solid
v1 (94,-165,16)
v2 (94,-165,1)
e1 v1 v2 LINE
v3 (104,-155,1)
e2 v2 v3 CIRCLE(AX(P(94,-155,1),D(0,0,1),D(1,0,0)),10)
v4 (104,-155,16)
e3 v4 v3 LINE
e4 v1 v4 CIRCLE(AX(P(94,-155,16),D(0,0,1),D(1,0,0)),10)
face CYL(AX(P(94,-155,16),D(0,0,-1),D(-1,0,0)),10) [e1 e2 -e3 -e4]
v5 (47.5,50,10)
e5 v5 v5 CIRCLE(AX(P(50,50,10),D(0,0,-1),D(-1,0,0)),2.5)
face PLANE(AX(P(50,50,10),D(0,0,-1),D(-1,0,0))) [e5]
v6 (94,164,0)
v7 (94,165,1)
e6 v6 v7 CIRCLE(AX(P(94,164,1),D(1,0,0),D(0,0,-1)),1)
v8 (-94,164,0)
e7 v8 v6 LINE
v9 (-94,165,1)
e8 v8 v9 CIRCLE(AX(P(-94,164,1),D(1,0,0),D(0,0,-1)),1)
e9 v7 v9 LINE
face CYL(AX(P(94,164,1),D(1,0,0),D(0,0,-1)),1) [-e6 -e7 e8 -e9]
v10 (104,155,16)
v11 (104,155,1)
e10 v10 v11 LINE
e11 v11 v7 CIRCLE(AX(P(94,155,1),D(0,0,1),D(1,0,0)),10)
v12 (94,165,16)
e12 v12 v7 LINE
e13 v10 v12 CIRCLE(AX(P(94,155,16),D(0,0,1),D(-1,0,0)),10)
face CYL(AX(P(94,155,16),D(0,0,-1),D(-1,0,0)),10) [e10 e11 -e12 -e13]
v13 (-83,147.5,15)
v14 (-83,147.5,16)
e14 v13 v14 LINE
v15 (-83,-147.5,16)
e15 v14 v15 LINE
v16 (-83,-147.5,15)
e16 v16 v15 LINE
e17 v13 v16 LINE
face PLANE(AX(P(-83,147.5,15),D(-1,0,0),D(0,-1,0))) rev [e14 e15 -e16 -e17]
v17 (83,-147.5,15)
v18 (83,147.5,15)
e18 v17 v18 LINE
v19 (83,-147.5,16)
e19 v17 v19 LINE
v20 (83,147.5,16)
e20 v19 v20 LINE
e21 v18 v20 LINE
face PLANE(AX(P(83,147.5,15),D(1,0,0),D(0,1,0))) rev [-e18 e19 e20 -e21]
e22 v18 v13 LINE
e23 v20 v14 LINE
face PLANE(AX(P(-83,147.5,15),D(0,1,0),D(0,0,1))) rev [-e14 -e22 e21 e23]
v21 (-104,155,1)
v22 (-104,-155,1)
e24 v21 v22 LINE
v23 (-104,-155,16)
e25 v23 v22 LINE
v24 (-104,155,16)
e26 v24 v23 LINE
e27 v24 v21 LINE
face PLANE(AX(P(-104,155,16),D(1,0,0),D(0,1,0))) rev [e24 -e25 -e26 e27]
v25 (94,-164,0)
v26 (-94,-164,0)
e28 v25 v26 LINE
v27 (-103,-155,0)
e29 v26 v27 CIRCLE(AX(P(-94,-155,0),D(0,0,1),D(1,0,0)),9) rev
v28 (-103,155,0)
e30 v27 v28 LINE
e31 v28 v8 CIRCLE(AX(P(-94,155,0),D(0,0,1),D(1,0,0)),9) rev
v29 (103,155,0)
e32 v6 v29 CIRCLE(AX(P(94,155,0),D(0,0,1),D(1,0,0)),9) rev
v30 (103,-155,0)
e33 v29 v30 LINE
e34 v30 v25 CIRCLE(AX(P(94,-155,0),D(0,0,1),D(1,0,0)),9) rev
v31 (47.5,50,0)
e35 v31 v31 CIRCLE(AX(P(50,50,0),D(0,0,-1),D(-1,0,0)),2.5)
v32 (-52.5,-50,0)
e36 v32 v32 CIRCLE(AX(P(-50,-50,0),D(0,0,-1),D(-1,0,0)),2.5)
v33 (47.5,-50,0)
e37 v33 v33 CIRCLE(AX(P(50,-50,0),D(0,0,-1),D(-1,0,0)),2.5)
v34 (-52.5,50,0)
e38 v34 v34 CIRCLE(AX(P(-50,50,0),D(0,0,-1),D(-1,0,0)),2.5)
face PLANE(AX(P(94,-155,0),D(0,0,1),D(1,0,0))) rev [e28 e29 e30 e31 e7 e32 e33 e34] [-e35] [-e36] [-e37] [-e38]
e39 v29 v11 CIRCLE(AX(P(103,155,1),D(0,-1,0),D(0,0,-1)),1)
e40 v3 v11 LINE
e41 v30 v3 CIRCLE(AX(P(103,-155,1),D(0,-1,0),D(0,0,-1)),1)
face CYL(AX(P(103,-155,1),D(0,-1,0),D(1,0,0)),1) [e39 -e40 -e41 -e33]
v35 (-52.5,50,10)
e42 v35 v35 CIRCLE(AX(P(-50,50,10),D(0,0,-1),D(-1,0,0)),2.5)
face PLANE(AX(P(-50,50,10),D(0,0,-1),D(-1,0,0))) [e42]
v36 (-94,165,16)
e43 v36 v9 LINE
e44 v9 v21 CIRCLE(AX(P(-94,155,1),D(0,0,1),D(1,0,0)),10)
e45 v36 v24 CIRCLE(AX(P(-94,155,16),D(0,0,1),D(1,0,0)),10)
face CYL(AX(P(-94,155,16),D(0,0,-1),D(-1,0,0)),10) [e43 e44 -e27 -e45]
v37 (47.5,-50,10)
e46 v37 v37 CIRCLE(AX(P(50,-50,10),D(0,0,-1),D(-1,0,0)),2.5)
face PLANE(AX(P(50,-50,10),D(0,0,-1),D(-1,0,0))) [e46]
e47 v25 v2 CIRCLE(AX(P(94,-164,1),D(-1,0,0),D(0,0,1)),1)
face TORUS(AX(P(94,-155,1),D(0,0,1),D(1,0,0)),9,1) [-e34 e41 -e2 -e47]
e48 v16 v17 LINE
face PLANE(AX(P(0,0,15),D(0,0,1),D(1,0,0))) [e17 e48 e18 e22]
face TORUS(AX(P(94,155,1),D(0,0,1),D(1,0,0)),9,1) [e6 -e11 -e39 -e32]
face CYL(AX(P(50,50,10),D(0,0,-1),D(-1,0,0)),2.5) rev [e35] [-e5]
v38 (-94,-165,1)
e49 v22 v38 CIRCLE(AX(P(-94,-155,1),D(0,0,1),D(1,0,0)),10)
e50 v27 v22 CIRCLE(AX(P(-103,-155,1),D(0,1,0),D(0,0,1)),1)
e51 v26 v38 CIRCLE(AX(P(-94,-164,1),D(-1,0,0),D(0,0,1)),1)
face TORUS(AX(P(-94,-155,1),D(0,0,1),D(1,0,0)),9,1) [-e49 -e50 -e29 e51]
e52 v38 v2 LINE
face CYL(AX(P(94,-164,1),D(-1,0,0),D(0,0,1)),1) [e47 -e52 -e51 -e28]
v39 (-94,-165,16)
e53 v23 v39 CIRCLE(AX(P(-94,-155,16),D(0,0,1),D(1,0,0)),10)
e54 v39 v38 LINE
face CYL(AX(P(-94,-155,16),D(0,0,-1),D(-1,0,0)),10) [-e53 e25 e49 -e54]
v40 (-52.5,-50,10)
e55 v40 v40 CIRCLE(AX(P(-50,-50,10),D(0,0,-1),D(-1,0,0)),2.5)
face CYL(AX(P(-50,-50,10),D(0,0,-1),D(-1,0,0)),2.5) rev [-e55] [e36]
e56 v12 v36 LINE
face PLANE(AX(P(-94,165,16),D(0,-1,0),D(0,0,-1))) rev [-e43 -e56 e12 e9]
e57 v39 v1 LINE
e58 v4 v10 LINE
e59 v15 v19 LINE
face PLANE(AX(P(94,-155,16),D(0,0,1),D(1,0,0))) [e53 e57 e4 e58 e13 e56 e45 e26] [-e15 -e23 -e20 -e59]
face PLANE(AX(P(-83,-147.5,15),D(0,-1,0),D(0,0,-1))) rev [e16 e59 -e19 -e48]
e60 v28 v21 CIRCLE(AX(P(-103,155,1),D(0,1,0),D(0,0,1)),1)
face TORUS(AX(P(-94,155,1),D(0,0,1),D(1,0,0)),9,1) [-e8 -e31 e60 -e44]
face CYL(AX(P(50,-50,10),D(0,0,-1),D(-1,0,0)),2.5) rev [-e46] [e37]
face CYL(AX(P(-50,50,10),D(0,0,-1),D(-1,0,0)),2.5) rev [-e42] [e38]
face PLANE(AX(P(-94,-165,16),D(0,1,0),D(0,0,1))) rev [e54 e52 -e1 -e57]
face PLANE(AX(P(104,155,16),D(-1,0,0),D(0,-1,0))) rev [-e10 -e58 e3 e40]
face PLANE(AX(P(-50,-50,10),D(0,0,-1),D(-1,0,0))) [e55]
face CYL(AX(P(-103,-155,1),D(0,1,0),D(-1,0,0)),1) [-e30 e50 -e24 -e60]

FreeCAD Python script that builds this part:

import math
import FreeCAD as App
import Part
import Sketcher

V = App.Vector


def edges_at(feature, points):
    """Names of the edges that pass closest to the given points."""
    edges = feature.Shape.Edges
    near = lambda p: min(range(len(edges)), key=lambda i: edges[i].distToShape(Part.Vertex(*p))[0])
    return sorted({f"Edge{near(p) + 1}" for p in points})

doc = App.newDocument("Part")
params = doc.addObject("Spreadsheet::Sheet", "Params")
for row, (alias, value) in enumerate([
    ("sketch1_radius", "10 mm"),
    ("sketch1_width", "188 mm"),
    ("sketch1_height", "310 mm"),
    ("pad1_length", "16 mm"),
    ("fillet_radius", "1 mm"),
    ("sketch2_width", "166 mm"),
    ("sketch2_height", "295 mm"),
    ("pocket1_length", "1 mm"),
    ("sketch3_diameter", "5 mm"),
    ("pocket2_length", "10 mm"),
], start=1):
    params.set(f"A{row}", alias)
    params.set(f"B{row}", "=" + value)
    params.setAlias(f"B{row}", alias)

body = doc.addObject("PartDesign::Body", "Body")

sketch1 = doc.addObject("Sketcher::SketchObject", "Sketch")
body.addObject(sketch1)
sketch1.AttachmentSupport = (doc.XY_Plane, [""])
sketch1.MapMode = "FlatFace"
sketch1.addGeometry([
    Part.LineSegment(V(94, 165, 0), V(-94, 165, 0)),
    Part.ArcOfCircle(Part.Circle(V(-94, 155, 0), V(0, 0, 1), 10), math.radians(90), math.radians(180)),
    Part.LineSegment(V(-104, 155, 0), V(-104, -155, 0)),
    Part.ArcOfCircle(Part.Circle(V(-94, -155, 0), V(0, 0, 1), 10), math.radians(180), math.radians(270)),
    Part.LineSegment(V(-94, -165, 0), V(94, -165, 0)),
    Part.ArcOfCircle(Part.Circle(V(94, -155, 0), V(0, 0, 1), 10), math.radians(-90), math.radians(0)),
    Part.LineSegment(V(104, -155, 0), V(104, 155, 0)),
    Part.ArcOfCircle(Part.Circle(V(94, 155, 0), V(0, 0, 1), 10), math.radians(0), math.radians(90)),
], False)
sketch1.addConstraint([
    Sketcher.Constraint("Tangent", 0, 2, 1, 1),
    Sketcher.Constraint("Tangent", 1, 2, 2, 1),
    Sketcher.Constraint("Tangent", 2, 2, 3, 1),
    Sketcher.Constraint("Tangent", 3, 2, 4, 1),
    Sketcher.Constraint("Tangent", 4, 2, 5, 1),
    Sketcher.Constraint("Tangent", 5, 2, 6, 1),
    Sketcher.Constraint("Tangent", 6, 2, 7, 1),
    Sketcher.Constraint("Tangent", 7, 2, 0, 1),
    Sketcher.Constraint("Horizontal", 0),
    Sketcher.Constraint("Vertical", 2),
    Sketcher.Constraint("Horizontal", 4),
    Sketcher.Constraint("Vertical", 6),
    Sketcher.Constraint("Equal", 1, 3),
    Sketcher.Constraint("Equal", 3, 5),
    Sketcher.Constraint("Equal", 5, 7),
    Sketcher.Constraint("Symmetric", 1, 3, 5, 3, -1, 1),
    Sketcher.Constraint("Radius", 1, 10.0),
    Sketcher.Constraint("DistanceX", 0, 2, 0, 1, 188.0),
    Sketcher.Constraint("DistanceY", 2, 2, 2, 1, 310.0),
])
sketch1.setExpression("Constraints[16]", "Params.sketch1_radius")
sketch1.setExpression("Constraints[17]", "Params.sketch1_width")
sketch1.setExpression("Constraints[18]", "Params.sketch1_height")
pad1 = doc.addObject("PartDesign::Pad", "Pad")
body.addObject(pad1)
pad1.Profile = sketch1
pad1.setExpression("Length", "Params.pad1_length")
doc.recompute()

fillet = doc.addObject("PartDesign::Fillet", "Fillet")
body.addObject(fillet)
fillet.Base = (pad1, edges_at(pad1, [
    (0, 165, 0),
    (101.071, 162.071, 0),
    (104, 0, 0),
    (101.071, -162.071, 0),
    (0, -165, 0),
    (-101.071, -162.071, 0),
    (-104, 0, 0),
    (-101.071, 162.071, 0),
]))
fillet.setExpression("Radius", "Params.fillet_radius")

sketch2 = doc.addObject("Sketcher::SketchObject", "Sketch001")
body.addObject(sketch2)
sketch2.AttachmentSupport = (doc.XY_Plane, [""])
sketch2.MapMode = "FlatFace"
sketch2.AttachmentOffset = App.Placement(V(0, 0, 16), App.Rotation())
sketch2.addGeometry([
    Part.LineSegment(V(-83, 148, 0), V(-83, -148, 0)),
    Part.LineSegment(V(-83, -148, 0), V(83, -148, 0)),
    Part.LineSegment(V(83, -148, 0), V(83, 148, 0)),
    Part.LineSegment(V(83, 148, 0), V(-83, 148, 0)),
], False)
sketch2.addConstraint([
    Sketcher.Constraint("Coincident", 0, 2, 1, 1),
    Sketcher.Constraint("Coincident", 1, 2, 2, 1),
    Sketcher.Constraint("Coincident", 2, 2, 3, 1),
    Sketcher.Constraint("Coincident", 3, 2, 0, 1),
    Sketcher.Constraint("Vertical", 0),
    Sketcher.Constraint("Horizontal", 1),
    Sketcher.Constraint("Vertical", 2),
    Sketcher.Constraint("Horizontal", 3),
    Sketcher.Constraint("Symmetric", 0, 2, 2, 2, -1, 1),
    Sketcher.Constraint("DistanceX", 1, 1, 1, 2, 166.0),
    Sketcher.Constraint("DistanceY", 0, 2, 0, 1, 295.0),
])
sketch2.setExpression("Constraints[9]", "Params.sketch2_width")
sketch2.setExpression("Constraints[10]", "Params.sketch2_height")
pocket1 = doc.addObject("PartDesign::Pocket", "Pocket")
body.addObject(pocket1)
pocket1.Profile = sketch2
pocket1.setExpression("Length", "Params.pocket1_length")

sketch3 = doc.addObject("Sketcher::SketchObject", "Sketch002")
body.addObject(sketch3)
sketch3.AttachmentSupport = (doc.XY_Plane, [""])
sketch3.MapMode = "FlatFace"
sketch3.addGeometry([
    Part.Circle(V(50, 50, 0), V(0, 0, 1), 2.5),
    Part.Circle(V(-50, 50, 0), V(0, 0, 1), 2.5),
    Part.Circle(V(-50, -50, 0), V(0, 0, 1), 2.5),
    Part.Circle(V(50, -50, 0), V(0, 0, 1), 2.5),
], False)
sketch3.addConstraint([
    Sketcher.Constraint("Equal", 0, 1),
    Sketcher.Constraint("Equal", 1, 2),
    Sketcher.Constraint("Equal", 2, 3),
    Sketcher.Constraint("Symmetric", 0, 3, 2, 3, -1, 1),
    Sketcher.Constraint("Symmetric", 1, 3, 3, 3, -1, 1),
    Sketcher.Constraint("Symmetric", 0, 3, 1, 3, -2),
    Sketcher.Constraint("Diameter", 0, 5.0),
    Sketcher.Constraint("DistanceX", -1, 1, 0, 3, 50.0),
    Sketcher.Constraint("DistanceY", -1, 1, 0, 3, 50.0),
])
sketch3.setExpression("Constraints[6]", "Params.sketch3_diameter")
pocket2 = doc.addObject("PartDesign::Pocket", "Pocket001")
body.addObject(pocket2)
pocket2.Profile = sketch3
pocket2.setExpression("Length", "Params.pocket2_length")
pocket2.Reversed = True

doc.recompute()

_WHAT IS BEING ASKED_
A verbatim transcription is needed of the lines above, starting at the line with "v11 (104,155,1)" and ending at the line with "v34 (-52.5,50,0)", both included, and of nothing else.

_WRITTEN SOLUTION_
v11 (104,155,1)
e10 v10 v11 LINE
e11 v11 v7 CIRCLE(AX(P(94,155,1),D(0,0,1),D(1,0,0)),10)
v12 (94,165,16)
e12 v12 v7 LINE
e13 v10 v12 CIRCLE(AX(P(94,155,16),D(0,0,1),D(-1,0,0)),10)
face CYL(AX(P(94,155,16),D(0,0,-1),D(-1,0,0)),10) [e10 e11 -e12 -e13]
v13 (-83,147.5,15)
v14 (-83,147.5,16)
e14 v13 v14 LINE
v15 (-83,-147.5,16)
e15 v14 v15 LINE
v16 (-83,-147.5,15)
e16 v16 v15 LINE
e17 v13 v16 LINE
face PLANE(AX(P(-83,147.5,15),D(-1,0,0),D(0,-1,0))) rev [e14 e15 -e16 -e17]
v17 (83,-147.5,15)
v18 (83,147.5,15)
e18 v17 v18 LINE
v19 (83,-147.5,16)
e19 v17 v19 LINE
v20 (83,147.5,16)
e20 v19 v20 LINE
e21 v18 v20 LINE
face PLANE(AX(P(83,147.5,15),D(1,0,0),D(0,1,0))) rev [-e18 e19 e20 -e21]
e22 v18 v13 LINE
e23 v20 v14 LINE
face PLANE(AX(P(-83,147.5,15),D(0,1,0),D(0,0,1))) rev [-e14 -e22 e21 e23]
v21 (-104,155,1)
v22 (-104,-155,1)
e24 v21 v22 LINE
v23 (-104,-155,16)
e25 v23 v22 LINE
v24 (-104,155,16)
e26 v24 v23 LINE
e27 v24 v21 LINE
face PLANE(AX(P(-104,155,16),D(1,0,0),D(0,1,0))) rev [e24 -e25 -e26 e27]
v25 (94,-164,0)
v26 (-94,-164,0)
e28 v25 v26 LINE
v27 (-103,-155,0)
e29 v26 v27 CIRCLE(AX(P(-94,-155,0),D(0,0,1),D(1,0,0)),9) rev
v28 (-103,155,0)
e30 v27 v28 LINE
e31 v28 v8 CIRCLE(AX(P(-94,155,0),D(0,0,1),D(1,0,0)),9) rev
v29 (103,155,0)
e32 v6 v29 CIRCLE(AX(P(94,155,0),D(0,0,1),D(1,0,0)),9) rev
v30 (103,-155,0)
e33 v29 v30 LINE
e34 v30 v25 CIRCLE(AX(P(94,-155,0),D(0,0,1),D(1,0,0)),9) rev
v31 (47.5,50,0)
e35 v31 v31 CIRCLE(AX(P(50,50,0),D(0,0,-1),D(-1,0,0)),2.5)
v32 (-52.5,-50,0)
e36 v32 v32 CIRCLE(AX(P(-50,-50,0),D(0,0,-1),D(-1,0,0)),2.5)
v33 (47.5,-50,0)
e37 v33 v33 CIRCLE(AX(P(50,-50,0),D(0,0,-1),D(-1,0,0)),2.5)
v34 (-52.5,50,0)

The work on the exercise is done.